→ **DIRECTIONS FOR THIS TASK**
Only one stretch of the data below is needed. Output the lines from the one with "-e47 e44 e37]" up to and including the one with "e51 e42 -e51]", exactly as they stand.

================================

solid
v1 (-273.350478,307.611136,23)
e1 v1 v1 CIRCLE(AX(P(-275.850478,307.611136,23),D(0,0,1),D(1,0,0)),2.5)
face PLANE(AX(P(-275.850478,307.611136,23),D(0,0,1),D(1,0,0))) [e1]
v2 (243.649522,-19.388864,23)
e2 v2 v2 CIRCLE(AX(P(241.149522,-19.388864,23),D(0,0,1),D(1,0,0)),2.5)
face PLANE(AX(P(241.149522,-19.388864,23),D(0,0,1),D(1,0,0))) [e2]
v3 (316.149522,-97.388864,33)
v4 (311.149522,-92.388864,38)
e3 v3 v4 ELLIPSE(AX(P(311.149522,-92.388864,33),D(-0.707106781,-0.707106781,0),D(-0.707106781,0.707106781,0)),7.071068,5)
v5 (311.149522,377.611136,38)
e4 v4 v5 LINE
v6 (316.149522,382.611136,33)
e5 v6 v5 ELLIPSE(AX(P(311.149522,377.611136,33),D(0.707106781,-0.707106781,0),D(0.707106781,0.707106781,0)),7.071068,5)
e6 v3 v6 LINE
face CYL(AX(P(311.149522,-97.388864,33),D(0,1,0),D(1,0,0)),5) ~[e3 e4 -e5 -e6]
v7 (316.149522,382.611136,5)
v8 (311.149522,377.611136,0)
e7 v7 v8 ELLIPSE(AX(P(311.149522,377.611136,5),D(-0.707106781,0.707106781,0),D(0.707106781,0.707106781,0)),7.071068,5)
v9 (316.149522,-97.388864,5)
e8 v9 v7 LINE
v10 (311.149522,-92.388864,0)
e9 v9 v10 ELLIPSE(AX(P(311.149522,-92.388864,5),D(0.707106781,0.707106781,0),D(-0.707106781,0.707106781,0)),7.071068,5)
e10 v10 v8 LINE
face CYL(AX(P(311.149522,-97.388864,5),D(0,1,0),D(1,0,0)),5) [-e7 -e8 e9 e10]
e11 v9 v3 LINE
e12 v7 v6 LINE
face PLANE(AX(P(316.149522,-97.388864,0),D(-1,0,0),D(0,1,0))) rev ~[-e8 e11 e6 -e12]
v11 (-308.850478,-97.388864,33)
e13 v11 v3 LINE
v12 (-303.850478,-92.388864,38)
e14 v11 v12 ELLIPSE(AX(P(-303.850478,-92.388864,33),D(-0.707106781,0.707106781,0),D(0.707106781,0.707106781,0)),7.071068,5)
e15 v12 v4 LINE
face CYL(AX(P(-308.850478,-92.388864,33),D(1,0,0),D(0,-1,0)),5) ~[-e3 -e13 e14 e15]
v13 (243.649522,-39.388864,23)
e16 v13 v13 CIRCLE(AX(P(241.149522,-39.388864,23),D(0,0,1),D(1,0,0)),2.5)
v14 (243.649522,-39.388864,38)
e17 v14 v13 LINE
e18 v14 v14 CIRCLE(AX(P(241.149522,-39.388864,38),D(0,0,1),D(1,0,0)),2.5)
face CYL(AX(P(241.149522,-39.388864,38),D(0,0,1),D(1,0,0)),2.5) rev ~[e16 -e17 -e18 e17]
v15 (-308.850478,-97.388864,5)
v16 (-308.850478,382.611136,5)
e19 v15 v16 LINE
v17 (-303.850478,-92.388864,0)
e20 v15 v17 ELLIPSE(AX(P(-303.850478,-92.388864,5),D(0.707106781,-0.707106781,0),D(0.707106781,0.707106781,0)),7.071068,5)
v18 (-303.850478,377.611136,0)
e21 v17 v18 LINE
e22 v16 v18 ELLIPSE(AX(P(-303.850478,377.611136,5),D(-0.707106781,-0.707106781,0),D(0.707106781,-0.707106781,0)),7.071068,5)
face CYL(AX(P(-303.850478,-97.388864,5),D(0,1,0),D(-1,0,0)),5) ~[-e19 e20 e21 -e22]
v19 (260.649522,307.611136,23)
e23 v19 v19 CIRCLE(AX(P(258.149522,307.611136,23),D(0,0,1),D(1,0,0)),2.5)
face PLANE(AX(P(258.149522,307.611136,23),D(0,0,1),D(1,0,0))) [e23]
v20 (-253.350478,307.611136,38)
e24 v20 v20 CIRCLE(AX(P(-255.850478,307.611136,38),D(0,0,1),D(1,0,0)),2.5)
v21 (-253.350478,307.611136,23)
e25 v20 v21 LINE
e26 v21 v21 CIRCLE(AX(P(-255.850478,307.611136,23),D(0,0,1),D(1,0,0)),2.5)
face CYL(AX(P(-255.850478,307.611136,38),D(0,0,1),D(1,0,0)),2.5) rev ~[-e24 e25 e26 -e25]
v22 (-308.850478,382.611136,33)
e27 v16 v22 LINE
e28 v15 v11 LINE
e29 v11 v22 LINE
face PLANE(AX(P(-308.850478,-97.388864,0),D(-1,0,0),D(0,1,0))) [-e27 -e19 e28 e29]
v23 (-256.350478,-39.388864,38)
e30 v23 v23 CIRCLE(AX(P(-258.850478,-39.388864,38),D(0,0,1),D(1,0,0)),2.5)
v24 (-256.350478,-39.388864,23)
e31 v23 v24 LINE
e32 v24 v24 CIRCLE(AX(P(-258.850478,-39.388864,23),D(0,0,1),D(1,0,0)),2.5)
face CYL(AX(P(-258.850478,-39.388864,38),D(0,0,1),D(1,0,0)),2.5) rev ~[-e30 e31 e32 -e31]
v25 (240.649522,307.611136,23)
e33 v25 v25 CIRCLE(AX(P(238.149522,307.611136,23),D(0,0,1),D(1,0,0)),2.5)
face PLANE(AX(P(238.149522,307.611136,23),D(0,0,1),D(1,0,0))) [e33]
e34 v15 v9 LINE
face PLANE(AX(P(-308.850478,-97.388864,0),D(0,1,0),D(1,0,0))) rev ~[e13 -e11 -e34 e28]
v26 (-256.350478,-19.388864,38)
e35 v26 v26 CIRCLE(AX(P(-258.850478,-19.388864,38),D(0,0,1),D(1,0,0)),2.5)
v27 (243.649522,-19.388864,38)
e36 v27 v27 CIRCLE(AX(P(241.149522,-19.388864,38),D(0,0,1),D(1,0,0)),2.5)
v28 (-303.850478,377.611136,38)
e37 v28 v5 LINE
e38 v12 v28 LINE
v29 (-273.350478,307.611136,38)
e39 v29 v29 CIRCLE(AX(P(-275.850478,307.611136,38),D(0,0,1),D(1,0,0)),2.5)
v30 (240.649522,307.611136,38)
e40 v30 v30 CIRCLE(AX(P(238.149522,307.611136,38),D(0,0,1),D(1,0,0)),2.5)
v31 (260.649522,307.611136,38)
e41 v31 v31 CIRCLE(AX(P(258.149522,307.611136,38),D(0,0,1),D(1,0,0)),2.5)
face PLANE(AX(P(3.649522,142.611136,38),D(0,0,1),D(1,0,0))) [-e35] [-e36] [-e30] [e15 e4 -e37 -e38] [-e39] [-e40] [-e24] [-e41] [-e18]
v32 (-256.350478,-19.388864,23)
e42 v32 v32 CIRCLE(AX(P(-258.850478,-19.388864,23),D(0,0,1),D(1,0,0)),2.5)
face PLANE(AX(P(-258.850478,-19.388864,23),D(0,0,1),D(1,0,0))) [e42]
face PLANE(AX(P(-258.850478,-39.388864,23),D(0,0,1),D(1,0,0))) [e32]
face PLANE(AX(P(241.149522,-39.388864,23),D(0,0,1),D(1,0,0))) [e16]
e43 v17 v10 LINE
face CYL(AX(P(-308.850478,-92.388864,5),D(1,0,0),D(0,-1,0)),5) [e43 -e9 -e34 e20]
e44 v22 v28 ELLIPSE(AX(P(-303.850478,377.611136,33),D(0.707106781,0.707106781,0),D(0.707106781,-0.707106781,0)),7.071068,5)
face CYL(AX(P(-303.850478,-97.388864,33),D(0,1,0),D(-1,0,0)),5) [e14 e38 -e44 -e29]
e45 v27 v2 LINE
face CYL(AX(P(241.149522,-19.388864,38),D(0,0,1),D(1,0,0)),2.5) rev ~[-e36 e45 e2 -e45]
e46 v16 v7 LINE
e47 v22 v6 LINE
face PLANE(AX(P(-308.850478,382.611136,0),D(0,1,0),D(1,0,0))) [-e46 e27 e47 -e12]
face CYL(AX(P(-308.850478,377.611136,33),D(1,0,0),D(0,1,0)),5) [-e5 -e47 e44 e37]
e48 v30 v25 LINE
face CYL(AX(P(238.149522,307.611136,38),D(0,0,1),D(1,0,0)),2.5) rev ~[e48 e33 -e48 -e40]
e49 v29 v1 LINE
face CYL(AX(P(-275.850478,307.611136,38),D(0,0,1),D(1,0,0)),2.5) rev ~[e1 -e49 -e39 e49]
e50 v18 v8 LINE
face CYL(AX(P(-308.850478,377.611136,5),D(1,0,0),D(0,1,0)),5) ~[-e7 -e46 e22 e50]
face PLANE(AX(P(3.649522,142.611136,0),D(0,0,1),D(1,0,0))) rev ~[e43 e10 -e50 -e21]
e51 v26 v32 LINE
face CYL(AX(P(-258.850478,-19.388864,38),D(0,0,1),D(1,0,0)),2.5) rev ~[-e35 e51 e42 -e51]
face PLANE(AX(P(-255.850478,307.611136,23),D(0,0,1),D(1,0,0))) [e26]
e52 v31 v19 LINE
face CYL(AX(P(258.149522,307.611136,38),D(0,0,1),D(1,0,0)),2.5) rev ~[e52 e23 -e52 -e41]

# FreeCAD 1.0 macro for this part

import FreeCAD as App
import Part
import Sketcher
Q = App.Units.Quantity


def edges_at(feature, points):
    """Names of the edges that pass closest to the given points."""
    edges = feature.Shape.Edges
    near = lambda p: min(range(len(edges)), key=lambda i: edges[i].distToShape(Part.Vertex(*p))[0])
    return sorted({f"Edge{near(p) + 1}" for p in points})


def add_polygon(sketch, points):
    """Adds a closed chain of lines whose ends are joined by coincident constraints."""
    first, n = sketch.GeometryCount, len(points)
    for a, b in zip(points, points[1:] + points[:1]):
        sketch.addGeometry(Part.LineSegment(App.Vector(*a, 0), App.Vector(*b, 0)), False)
    for i in range(n):
        sketch.addConstraint(Sketcher.Constraint("Coincident", first + i, 2, first + (i + 1) % n, 1))

doc = App.newDocument("Part")
params = doc.addObject("Spreadsheet::Sheet", "Params")
for row, (alias, value) in enumerate([
    ("sketch1_width", "625 mm"),
    ("sketch1_height", "480 mm"),
    ("pad1_length", "38 mm"),
    ("fillet_radius", "5 mm"),
    ("sketch2_diameter", "5 mm"),
    ("pocket1_length", "15 mm"),
], start=1):
    params.set(f"A{row}", alias)
    params.set(f"B{row}", "=" + value)
    params.setAlias(f"B{row}", alias)

body = doc.addObject("PartDesign::Body", "Body")

# Sketch on XY plane
sketch1 = body.newObject("Sketcher::SketchObject", "Sketch")
sketch1.AttachmentSupport = (doc.getObject("XY_Plane"), [""])
sketch1.MapMode = "FlatFace"
add_polygon(sketch1, [(-308.850478, 382.611136), (-308.850478, -97.388864), (316.149522, -97.388864), (316.149522, 382.611136)])  # lines 0-3
sketch1.addConstraint([
    Sketcher.Constraint("Vertical", 0),
    Sketcher.Constraint("Horizontal", 1),
    Sketcher.Constraint("Vertical", 2),
    Sketcher.Constraint("Horizontal", 3),
    Sketcher.Constraint("DistanceX", 1, 1, 1, 2, Q("625 mm")),
    Sketcher.Constraint("DistanceY", 0, 2, 0, 1, Q("480 mm")),
    Sketcher.Constraint("DistanceX", 0, 2, -1, 1, Q("308.850478 mm")),
    Sketcher.Constraint("DistanceY", 0, 2, -1, 1, Q("97.388864 mm")),
])
sketch1.setExpression("Constraints[8]", "Params.sketch1_width")
sketch1.setExpression("Constraints[9]", "Params.sketch1_height")
pad1 = body.newObject("PartDesign::Pad", "Pad")
pad1.Profile = sketch1
pad1.setExpression("Length", "Params.pad1_length")
doc.recompute()

fillet = body.newObject("PartDesign::Fillet", "Fillet")
fillet.Base = (pad1, edges_at(pad1, [
    (316.15, 142.611, 38),
    (3.65, 382.611, 38),
    (-308.85, 142.611, 38),
    (3.65, -97.389, 38),
    (316.15, 142.611, 0),
    (3.65, 382.611, 0),
    (-308.85, 142.611, 0),
    (3.65, -97.389, 0),
]))
fillet.setExpression("Radius", "Params.fillet_radius")

# Sketch on XY plane
sketch2 = body.newObject("Sketcher::SketchObject", "Sketch001")
sketch2.AttachmentSupport = (doc.getObject("XY_Plane"), [""])
sketch2.MapMode = "FlatFace"
sketch2.AttachmentOffset = App.Placement(App.Vector(0, 0, 38), App.Rotation())
sketch2.addGeometry([
    Part.Circle(App.Vector(-275.850478, 307.611136, 0), App.Vector(0, 0, 1), 2.5),  # 0
    Part.Circle(App.Vector(-255.850478, 307.611136, 0), App.Vector(0, 0, 1), 2.5),  # 1
    Part.Circle(App.Vector(-258.850478, -39.388864, 0), App.Vector(0, 0, 1), 2.5),  # 2
    Part.Circle(App.Vector(-258.850478, -19.388864, 0), App.Vector(0, 0, 1), 2.5),  # 3
    Part.Circle(App.Vector(238.149522, 307.611136, 0), App.Vector(0, 0, 1), 2.5),  # 4
    Part.Circle(App.Vector(258.149522, 307.611136, 0), App.Vector(0, 0, 1), 2.5),  # 5
    Part.Circle(App.Vector(241.149522, -19.388864, 0), App.Vector(0, 0, 1), 2.5),  # 6
    Part.Circle(App.Vector(241.149522, -39.388864, 0), App.Vector(0, 0, 1), 2.5),  # 7
], False)
sketch2.addConstraint([
    Sketcher.Constraint("Equal", 0, 1),
    Sketcher.Constraint("Equal", 1, 2),
    Sketcher.Constraint("Equal", 2, 3),
    Sketcher.Constraint("Equal", 3, 4),
    Sketcher.Constraint("Equal", 4, 5),
    Sketcher.Constraint("Equal", 5, 6),
    Sketcher.Constraint("Equal", 6, 7),
    Sketcher.Constraint("Horizontal", 0, 3, 1, 3),
    Sketcher.Constraint("Horizontal", 1, 3, 4, 3),
    Sketcher.Constraint("Horizontal", 4, 3, 5, 3),
    Sketcher.Constraint("Horizontal", 3, 3, 6, 3),
    Sketcher.Constraint("Horizontal", 2, 3, 7, 3),
    Sketcher.Constraint("Vertical", 2, 3, 3, 3),
    Sketcher.Constraint("Vertical", 6, 3, 7, 3),
    Sketcher.Constraint("Diameter", 0, Q("5 mm")),
    Sketcher.Constraint("DistanceX", 0, 3, 1, 3, Q("20 mm")),
    Sketcher.Constraint("DistanceX", 2, 3, 1, 3, Q("3 mm")),
    Sketcher.Constraint("DistanceY", 2, 3, 1, 3, Q("347 mm")),
    Sketcher.Constraint("DistanceY", 2, 3, 3, 3, Q("20 mm")),
    Sketcher.Constraint("DistanceX", 1, 3, 4, 3, Q("494 mm")),
    Sketcher.Constraint("DistanceX", 4, 3, 5, 3, Q("20 mm")),
    Sketcher.Constraint("DistanceX", 4, 3, 6, 3, Q("3 mm")),
    Sketcher.Constraint("DistanceX", 0, 3, -1, 1, Q("275.850478 mm")),
    Sketcher.Constraint("DistanceY", -1, 1, 0, 3, Q("307.611136 mm")),
])
sketch2.setExpression("Constraints[14]", "Params.sketch2_diameter")
pocket1 = body.newObject("PartDesign::Pocket", "Pocket")
pocket1.Profile = sketch2
pocket1.setExpression("Length", "Params.pocket1_length")

doc.recompute()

================================

→ **OUTPUT OF THE TASK**
face CYL(AX(P(-308.850478,377.611136,33),D(1,0,0),D(0,1,0)),5) [-e5 -e47 e44 e37]
e48 v30 v25 LINE
face CYL(AX(P(238.149522,307.611136,38),D(0,0,1),D(1,0,0)),2.5) rev ~[e48 e33 -e48 -e40]
e49 v29 v1 LINE
face CYL(AX(P(-275.850478,307.611136,38),D(0,0,1),D(1,0,0)),2.5) rev ~[e1 -e49 -e39 e49]
e50 v18 v8 LINE
face CYL(AX(P(-308.850478,377.611136,5),D(1,0,0),D(0,1,0)),5) ~[-e7 -e46 e22 e50]
face PLANE(AX(P(3.649522,142.611136,0),D(0,0,1),D(1,0,0))) rev ~[e43 e10 -e50 -e21]
e51 v26 v32 LINE
face CYL(AX(P(-258.850478,-19.388864,38),D(0,0,1),D(1,0,0)),2.5) rev ~[-e35 e51 e42 -e51]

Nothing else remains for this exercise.